(Exercise details): Taking the listing below, restate word for word each line from the line with "v -28.954 20.306 10" to the line with "v -23.331 21.59 10", ends included, and stop there.

(Extracted data):
▼▼▼
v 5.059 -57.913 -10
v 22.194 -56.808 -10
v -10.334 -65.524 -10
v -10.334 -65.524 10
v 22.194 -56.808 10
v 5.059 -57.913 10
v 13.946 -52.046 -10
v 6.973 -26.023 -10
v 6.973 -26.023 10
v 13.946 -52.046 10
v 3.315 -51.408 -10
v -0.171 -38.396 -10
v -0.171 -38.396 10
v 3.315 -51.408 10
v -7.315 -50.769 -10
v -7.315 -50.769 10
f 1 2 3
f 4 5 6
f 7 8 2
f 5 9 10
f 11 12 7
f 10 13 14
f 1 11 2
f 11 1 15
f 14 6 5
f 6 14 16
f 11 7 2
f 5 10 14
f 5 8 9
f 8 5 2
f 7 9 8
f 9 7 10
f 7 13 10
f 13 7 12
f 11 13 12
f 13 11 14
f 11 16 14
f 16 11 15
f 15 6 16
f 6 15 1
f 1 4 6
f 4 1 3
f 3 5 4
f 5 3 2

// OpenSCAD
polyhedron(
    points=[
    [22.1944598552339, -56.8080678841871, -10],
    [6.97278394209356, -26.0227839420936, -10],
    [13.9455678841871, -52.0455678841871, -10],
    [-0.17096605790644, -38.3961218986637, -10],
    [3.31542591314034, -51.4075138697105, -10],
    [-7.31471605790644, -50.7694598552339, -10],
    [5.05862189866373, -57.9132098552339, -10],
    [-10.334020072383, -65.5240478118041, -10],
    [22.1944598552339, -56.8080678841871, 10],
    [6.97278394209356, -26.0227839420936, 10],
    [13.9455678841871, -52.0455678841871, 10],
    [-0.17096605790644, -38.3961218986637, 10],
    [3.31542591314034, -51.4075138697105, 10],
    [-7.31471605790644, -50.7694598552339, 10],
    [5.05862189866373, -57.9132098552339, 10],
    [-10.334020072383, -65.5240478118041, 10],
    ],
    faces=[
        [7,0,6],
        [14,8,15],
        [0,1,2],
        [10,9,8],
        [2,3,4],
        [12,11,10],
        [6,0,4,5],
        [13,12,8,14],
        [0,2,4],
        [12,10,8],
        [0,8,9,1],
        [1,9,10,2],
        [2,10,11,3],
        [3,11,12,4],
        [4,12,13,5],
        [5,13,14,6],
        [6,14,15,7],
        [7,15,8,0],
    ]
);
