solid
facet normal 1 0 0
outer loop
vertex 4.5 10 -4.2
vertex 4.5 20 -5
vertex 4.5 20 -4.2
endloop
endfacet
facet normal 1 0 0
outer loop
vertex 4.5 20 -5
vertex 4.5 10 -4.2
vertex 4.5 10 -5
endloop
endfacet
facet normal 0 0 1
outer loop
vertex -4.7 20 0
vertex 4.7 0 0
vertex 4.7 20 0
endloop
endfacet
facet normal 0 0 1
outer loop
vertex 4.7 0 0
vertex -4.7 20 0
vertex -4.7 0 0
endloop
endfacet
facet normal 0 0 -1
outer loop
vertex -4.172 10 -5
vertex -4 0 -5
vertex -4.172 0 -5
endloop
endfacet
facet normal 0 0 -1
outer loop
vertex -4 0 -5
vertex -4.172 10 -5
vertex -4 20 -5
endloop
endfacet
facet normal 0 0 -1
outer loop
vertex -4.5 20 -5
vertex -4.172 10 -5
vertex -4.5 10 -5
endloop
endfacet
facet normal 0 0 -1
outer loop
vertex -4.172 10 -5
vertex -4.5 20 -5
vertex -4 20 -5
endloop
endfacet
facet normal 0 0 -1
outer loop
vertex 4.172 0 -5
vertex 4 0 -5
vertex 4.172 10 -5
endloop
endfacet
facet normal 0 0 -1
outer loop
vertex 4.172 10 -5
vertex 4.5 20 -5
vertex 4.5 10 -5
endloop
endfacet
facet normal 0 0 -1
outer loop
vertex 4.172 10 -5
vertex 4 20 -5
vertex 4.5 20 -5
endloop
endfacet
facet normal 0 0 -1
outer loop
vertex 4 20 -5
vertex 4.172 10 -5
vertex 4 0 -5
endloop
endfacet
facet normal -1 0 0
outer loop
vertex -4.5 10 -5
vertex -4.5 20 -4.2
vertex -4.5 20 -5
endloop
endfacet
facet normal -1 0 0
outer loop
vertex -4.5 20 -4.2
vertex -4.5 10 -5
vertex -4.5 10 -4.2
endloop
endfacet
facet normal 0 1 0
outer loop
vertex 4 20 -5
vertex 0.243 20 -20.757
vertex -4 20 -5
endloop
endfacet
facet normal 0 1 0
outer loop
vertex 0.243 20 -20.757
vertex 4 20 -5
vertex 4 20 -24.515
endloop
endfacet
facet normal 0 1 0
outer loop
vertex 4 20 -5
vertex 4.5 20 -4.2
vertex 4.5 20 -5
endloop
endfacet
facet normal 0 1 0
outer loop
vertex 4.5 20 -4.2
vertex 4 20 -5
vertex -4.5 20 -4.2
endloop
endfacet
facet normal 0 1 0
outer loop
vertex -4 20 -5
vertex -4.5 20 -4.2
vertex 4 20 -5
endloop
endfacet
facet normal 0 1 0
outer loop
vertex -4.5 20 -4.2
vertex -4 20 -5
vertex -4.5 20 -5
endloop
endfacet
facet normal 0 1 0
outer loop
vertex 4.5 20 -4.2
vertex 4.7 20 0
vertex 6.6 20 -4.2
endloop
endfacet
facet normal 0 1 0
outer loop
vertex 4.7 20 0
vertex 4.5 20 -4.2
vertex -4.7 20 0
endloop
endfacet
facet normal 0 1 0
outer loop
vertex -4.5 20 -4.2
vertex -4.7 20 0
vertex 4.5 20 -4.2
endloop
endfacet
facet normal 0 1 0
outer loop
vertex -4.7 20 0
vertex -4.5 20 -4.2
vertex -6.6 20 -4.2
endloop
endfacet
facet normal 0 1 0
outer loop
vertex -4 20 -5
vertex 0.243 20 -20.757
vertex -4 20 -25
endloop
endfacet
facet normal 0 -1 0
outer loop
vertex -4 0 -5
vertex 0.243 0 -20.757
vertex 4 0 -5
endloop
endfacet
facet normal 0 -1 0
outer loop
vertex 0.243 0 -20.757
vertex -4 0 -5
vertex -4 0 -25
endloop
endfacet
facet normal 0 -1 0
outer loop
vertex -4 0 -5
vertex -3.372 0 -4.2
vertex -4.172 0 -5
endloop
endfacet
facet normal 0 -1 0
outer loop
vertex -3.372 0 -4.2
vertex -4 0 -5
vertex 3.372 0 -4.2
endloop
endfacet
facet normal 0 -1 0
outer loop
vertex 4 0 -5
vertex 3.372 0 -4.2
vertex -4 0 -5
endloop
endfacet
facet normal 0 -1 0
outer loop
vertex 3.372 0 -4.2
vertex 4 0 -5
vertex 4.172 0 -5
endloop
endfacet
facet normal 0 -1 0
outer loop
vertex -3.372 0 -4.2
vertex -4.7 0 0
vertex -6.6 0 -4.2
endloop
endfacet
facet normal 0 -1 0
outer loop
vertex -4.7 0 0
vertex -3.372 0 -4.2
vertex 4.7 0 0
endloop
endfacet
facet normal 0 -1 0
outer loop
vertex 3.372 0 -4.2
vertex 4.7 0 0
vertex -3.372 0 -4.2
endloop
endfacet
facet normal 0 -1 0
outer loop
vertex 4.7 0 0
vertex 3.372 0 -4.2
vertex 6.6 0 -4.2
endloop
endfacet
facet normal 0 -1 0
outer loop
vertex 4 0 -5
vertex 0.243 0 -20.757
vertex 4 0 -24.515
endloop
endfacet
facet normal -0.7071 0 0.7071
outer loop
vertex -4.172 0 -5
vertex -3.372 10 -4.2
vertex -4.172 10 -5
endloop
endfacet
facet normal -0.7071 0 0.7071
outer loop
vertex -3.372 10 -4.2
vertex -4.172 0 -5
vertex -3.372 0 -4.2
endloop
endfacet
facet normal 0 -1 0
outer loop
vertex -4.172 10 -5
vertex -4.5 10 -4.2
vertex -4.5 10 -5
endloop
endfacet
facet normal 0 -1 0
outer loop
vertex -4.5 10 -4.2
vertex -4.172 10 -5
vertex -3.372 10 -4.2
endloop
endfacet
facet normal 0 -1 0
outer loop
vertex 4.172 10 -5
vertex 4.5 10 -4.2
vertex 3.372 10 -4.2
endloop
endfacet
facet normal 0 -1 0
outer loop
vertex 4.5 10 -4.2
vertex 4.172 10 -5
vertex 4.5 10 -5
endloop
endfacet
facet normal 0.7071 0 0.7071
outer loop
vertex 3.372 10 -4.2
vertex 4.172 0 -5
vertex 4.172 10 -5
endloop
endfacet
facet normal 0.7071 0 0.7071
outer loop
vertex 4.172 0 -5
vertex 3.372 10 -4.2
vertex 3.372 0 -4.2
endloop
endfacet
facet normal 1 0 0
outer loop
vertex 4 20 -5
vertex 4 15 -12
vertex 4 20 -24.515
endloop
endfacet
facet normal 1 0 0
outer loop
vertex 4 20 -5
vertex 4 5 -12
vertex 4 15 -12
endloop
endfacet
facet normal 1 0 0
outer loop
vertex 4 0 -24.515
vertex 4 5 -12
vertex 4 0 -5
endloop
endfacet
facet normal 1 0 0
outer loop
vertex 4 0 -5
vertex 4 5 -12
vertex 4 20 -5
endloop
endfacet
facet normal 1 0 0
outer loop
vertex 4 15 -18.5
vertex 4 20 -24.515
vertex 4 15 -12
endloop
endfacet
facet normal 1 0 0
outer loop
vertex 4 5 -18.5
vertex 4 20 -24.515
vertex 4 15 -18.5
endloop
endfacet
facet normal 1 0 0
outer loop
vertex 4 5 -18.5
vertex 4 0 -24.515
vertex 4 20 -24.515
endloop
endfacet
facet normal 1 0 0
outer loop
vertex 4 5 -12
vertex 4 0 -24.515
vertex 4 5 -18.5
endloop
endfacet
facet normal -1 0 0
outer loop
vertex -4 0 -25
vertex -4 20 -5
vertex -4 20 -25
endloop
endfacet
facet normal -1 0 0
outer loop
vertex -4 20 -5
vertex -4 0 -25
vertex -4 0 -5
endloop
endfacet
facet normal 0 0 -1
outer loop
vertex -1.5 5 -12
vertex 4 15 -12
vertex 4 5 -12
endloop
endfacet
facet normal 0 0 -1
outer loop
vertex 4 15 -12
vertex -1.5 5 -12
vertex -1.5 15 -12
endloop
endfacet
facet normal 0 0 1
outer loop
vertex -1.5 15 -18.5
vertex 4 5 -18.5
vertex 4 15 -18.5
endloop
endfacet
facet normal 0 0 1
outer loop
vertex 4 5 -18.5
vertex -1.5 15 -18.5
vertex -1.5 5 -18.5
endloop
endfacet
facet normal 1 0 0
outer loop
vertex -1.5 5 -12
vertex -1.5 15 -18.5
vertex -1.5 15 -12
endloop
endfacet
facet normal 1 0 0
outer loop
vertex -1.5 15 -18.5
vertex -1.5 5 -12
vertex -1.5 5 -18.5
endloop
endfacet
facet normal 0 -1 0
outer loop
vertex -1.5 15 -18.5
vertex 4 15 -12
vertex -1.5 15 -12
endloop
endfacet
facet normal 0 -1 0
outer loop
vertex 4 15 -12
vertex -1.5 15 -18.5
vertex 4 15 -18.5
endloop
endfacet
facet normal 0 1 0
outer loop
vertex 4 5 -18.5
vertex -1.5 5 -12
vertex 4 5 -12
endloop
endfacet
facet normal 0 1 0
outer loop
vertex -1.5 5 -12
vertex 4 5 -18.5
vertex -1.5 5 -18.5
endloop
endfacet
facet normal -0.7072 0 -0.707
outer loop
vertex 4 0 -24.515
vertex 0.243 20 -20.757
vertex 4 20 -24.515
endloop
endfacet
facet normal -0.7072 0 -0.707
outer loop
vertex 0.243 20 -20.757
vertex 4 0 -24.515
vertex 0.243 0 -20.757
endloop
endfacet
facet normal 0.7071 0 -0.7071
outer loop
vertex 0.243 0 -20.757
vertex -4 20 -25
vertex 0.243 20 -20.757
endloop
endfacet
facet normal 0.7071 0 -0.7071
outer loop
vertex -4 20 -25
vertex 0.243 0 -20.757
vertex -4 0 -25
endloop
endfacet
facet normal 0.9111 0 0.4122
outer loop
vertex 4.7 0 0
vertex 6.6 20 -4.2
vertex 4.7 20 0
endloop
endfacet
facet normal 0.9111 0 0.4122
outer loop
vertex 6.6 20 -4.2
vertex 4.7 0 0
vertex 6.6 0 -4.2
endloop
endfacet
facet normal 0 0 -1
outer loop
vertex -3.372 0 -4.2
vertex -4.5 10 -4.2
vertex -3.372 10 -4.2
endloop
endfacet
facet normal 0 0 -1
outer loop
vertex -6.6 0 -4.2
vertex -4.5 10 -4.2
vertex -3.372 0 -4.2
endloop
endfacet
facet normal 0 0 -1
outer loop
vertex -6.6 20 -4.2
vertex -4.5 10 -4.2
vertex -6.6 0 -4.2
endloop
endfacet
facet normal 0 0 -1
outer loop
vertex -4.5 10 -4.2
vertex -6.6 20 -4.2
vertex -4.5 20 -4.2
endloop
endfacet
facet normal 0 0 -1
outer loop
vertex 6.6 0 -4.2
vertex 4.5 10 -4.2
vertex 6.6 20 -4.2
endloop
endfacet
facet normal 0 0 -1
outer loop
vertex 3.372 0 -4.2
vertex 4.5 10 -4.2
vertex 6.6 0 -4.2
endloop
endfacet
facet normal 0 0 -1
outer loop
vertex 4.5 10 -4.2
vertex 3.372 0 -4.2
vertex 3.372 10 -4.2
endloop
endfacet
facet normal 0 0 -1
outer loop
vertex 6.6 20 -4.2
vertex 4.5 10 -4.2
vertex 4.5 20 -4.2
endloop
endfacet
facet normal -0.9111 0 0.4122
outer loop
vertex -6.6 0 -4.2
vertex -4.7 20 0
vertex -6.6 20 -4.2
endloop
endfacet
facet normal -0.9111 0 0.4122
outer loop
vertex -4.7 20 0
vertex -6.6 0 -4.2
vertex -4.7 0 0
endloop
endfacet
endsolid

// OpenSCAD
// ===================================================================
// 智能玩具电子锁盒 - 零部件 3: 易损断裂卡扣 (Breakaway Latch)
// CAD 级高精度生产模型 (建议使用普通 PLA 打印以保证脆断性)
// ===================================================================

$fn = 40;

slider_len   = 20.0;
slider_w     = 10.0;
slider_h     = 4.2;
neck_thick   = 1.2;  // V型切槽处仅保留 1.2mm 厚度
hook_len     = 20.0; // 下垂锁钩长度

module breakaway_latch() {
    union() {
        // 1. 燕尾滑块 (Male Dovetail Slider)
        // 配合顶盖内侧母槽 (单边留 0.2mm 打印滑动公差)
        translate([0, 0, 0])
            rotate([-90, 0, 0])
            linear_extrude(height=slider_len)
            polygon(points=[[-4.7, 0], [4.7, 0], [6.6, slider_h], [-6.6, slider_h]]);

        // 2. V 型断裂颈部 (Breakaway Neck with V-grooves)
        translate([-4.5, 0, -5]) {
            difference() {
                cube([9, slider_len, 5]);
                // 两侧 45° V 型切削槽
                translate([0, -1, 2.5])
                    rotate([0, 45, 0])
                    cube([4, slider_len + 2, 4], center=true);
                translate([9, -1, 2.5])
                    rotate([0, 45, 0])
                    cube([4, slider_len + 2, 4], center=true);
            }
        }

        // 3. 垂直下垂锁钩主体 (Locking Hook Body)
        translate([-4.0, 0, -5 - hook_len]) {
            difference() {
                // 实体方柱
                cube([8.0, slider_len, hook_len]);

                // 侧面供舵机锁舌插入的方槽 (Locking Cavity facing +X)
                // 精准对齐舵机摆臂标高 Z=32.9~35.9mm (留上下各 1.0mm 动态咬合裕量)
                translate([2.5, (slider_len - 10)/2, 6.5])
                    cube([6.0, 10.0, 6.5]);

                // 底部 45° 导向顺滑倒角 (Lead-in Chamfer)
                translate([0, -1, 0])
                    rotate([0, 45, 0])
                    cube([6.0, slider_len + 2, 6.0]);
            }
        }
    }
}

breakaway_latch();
▲▲▲
▼▼▼
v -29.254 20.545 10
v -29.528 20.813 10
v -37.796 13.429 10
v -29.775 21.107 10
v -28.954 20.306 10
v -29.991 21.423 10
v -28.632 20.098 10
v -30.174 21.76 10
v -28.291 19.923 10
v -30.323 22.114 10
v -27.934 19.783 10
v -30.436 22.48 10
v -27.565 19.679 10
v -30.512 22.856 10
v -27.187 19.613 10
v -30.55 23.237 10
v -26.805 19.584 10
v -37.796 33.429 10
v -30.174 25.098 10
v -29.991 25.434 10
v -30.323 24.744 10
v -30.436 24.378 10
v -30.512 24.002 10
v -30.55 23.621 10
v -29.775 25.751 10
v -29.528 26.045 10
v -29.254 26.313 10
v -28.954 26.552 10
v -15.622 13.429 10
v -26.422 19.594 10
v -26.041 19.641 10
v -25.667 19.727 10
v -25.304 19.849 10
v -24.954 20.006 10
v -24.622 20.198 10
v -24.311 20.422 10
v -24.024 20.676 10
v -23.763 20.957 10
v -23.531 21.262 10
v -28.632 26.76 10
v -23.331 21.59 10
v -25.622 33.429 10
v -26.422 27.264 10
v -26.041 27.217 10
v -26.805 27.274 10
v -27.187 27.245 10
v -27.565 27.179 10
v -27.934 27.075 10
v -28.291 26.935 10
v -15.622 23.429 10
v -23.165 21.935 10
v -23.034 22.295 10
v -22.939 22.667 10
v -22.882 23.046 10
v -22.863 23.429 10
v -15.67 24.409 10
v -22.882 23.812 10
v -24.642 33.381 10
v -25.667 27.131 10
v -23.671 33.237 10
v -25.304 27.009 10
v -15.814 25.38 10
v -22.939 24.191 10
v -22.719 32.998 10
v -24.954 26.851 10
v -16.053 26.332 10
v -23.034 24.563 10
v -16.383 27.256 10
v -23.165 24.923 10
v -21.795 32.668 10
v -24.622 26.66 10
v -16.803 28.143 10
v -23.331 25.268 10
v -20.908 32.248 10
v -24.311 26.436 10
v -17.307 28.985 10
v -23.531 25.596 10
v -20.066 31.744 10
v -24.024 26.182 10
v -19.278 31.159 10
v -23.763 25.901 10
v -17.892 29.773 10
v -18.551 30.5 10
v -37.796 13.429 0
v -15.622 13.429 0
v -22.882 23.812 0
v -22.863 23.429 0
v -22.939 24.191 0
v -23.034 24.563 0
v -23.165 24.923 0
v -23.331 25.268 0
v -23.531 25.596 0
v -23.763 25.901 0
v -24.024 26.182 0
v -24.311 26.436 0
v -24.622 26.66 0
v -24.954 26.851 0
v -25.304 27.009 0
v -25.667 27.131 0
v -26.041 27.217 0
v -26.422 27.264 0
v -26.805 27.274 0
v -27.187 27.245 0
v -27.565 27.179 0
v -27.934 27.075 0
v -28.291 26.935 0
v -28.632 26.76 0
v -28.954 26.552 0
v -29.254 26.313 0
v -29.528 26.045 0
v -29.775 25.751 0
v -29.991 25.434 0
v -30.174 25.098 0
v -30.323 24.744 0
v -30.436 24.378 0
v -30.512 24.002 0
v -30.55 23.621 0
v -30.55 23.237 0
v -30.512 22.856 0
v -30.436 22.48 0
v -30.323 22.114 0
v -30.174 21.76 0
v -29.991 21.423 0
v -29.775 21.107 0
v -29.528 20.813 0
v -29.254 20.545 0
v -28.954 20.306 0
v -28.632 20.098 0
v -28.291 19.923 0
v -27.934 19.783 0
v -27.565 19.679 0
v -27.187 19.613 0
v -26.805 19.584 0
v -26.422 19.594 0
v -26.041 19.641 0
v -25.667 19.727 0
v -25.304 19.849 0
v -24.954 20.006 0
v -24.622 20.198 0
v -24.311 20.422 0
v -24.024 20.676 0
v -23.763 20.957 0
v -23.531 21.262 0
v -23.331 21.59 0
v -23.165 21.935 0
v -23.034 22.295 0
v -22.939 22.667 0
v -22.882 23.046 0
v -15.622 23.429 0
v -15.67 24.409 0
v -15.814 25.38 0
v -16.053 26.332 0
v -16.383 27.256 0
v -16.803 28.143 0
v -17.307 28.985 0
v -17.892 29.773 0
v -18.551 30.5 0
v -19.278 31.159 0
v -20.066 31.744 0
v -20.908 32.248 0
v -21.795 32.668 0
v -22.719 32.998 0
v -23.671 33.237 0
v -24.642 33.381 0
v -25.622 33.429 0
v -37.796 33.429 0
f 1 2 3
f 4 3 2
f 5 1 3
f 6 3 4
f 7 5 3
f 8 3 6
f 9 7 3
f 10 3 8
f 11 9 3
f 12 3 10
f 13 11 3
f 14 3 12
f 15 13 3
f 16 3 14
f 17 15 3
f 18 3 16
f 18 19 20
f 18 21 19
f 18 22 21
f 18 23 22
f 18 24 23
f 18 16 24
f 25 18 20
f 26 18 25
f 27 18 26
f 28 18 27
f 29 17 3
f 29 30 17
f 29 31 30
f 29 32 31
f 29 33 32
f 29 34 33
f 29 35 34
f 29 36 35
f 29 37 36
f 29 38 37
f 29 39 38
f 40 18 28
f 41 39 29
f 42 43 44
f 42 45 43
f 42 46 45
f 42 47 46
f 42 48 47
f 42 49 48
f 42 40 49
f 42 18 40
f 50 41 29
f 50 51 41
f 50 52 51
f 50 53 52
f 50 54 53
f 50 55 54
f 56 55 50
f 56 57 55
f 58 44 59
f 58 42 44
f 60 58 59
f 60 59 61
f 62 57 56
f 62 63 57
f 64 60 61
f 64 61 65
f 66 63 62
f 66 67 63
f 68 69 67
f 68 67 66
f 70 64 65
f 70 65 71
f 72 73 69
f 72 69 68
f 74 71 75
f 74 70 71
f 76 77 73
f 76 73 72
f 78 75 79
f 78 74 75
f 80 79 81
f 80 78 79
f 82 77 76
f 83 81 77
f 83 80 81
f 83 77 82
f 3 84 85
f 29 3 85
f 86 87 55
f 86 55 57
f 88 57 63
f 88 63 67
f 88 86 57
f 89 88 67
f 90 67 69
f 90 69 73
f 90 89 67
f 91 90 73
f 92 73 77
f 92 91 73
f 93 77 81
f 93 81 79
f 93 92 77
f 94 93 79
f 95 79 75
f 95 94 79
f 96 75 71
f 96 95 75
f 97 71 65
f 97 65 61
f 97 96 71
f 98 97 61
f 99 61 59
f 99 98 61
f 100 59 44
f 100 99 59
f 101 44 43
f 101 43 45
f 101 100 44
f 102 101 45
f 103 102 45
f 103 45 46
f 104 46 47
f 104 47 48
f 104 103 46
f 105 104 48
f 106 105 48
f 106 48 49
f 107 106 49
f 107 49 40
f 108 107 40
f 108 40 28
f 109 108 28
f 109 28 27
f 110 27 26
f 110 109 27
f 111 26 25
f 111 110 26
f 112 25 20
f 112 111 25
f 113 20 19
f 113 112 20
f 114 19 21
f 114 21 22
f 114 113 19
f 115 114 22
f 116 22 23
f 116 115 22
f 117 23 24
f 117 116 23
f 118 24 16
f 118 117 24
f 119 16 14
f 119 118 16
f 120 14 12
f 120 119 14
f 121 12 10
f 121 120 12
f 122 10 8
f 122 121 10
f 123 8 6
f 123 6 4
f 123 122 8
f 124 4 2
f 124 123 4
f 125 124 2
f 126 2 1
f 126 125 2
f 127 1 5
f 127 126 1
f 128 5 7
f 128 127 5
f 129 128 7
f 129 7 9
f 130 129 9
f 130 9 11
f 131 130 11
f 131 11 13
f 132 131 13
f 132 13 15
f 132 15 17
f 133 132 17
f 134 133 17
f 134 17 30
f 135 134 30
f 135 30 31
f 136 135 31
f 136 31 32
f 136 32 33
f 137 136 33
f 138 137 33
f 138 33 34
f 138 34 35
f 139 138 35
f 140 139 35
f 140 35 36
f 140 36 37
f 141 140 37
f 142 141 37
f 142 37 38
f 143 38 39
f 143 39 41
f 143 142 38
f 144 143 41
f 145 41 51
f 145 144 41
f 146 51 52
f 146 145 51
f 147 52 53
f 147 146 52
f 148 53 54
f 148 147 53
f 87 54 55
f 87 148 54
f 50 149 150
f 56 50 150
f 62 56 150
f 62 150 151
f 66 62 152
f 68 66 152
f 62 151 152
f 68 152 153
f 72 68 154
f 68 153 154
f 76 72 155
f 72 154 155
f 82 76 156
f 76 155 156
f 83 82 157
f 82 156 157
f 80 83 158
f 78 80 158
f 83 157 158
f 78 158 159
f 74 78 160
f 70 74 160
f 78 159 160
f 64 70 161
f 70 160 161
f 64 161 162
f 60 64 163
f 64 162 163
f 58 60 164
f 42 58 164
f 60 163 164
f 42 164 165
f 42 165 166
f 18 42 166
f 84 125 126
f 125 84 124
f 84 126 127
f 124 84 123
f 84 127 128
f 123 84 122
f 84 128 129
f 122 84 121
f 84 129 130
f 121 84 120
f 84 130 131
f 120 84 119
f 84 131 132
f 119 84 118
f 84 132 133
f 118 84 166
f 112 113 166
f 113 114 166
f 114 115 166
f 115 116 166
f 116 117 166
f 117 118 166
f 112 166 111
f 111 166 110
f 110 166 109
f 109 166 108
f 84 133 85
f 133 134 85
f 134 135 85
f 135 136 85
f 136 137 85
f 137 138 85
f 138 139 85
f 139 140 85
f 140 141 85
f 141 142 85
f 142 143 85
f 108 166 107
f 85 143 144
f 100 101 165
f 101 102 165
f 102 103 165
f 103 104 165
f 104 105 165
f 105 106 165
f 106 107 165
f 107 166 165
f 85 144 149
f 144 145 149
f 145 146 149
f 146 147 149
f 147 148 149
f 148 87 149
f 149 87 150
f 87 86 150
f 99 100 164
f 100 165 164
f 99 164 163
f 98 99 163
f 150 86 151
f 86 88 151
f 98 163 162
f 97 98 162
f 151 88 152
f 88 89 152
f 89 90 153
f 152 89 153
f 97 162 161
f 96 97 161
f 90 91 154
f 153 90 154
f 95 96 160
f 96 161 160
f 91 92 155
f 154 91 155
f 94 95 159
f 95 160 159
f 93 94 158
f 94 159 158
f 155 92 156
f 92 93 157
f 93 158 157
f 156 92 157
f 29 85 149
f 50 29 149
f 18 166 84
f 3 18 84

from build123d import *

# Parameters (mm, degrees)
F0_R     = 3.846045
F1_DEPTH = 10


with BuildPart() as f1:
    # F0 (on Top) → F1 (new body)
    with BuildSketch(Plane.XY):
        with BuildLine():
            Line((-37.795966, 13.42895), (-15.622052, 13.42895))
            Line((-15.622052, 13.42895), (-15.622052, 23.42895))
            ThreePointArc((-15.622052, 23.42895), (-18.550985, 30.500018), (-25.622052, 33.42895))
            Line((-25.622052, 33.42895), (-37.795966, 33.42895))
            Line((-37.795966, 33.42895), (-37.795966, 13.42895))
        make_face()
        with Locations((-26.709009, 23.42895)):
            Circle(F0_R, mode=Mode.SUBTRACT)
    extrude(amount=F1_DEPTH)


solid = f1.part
▲▲▲
(Exercise result):
v -28.954 20.306 10
v -29.991 21.423 10
v -28.632 20.098 10
v -30.174 21.76 10
v -28.291 19.923 10
v -30.323 22.114 10
v -27.934 19.783 10
v -30.436 22.48 10
v -27.565 19.679 10
v -30.512 22.856 10
v -27.187 19.613 10
v -30.55 23.237 10
v -26.805 19.584 10
v -37.796 33.429 10
v -30.174 25.098 10
v -29.991 25.434 10
v -30.323 24.744 10
v -30.436 24.378 10
v -30.512 24.002 10
v -30.55 23.621 10
v -29.775 25.751 10
v -29.528 26.045 10
v -29.254 26.313 10
v -28.954 26.552 10
v -15.622 13.429 10
v -26.422 19.594 10
v -26.041 19.641 10
v -25.667 19.727 10
v -25.304 19.849 10
v -24.954 20.006 10
v -24.622 20.198 10
v -24.311 20.422 10
v -24.024 20.676 10
v -23.763 20.957 10
v -23.531 21.262 10
v -28.632 26.76 10
v -23.331 21.59 10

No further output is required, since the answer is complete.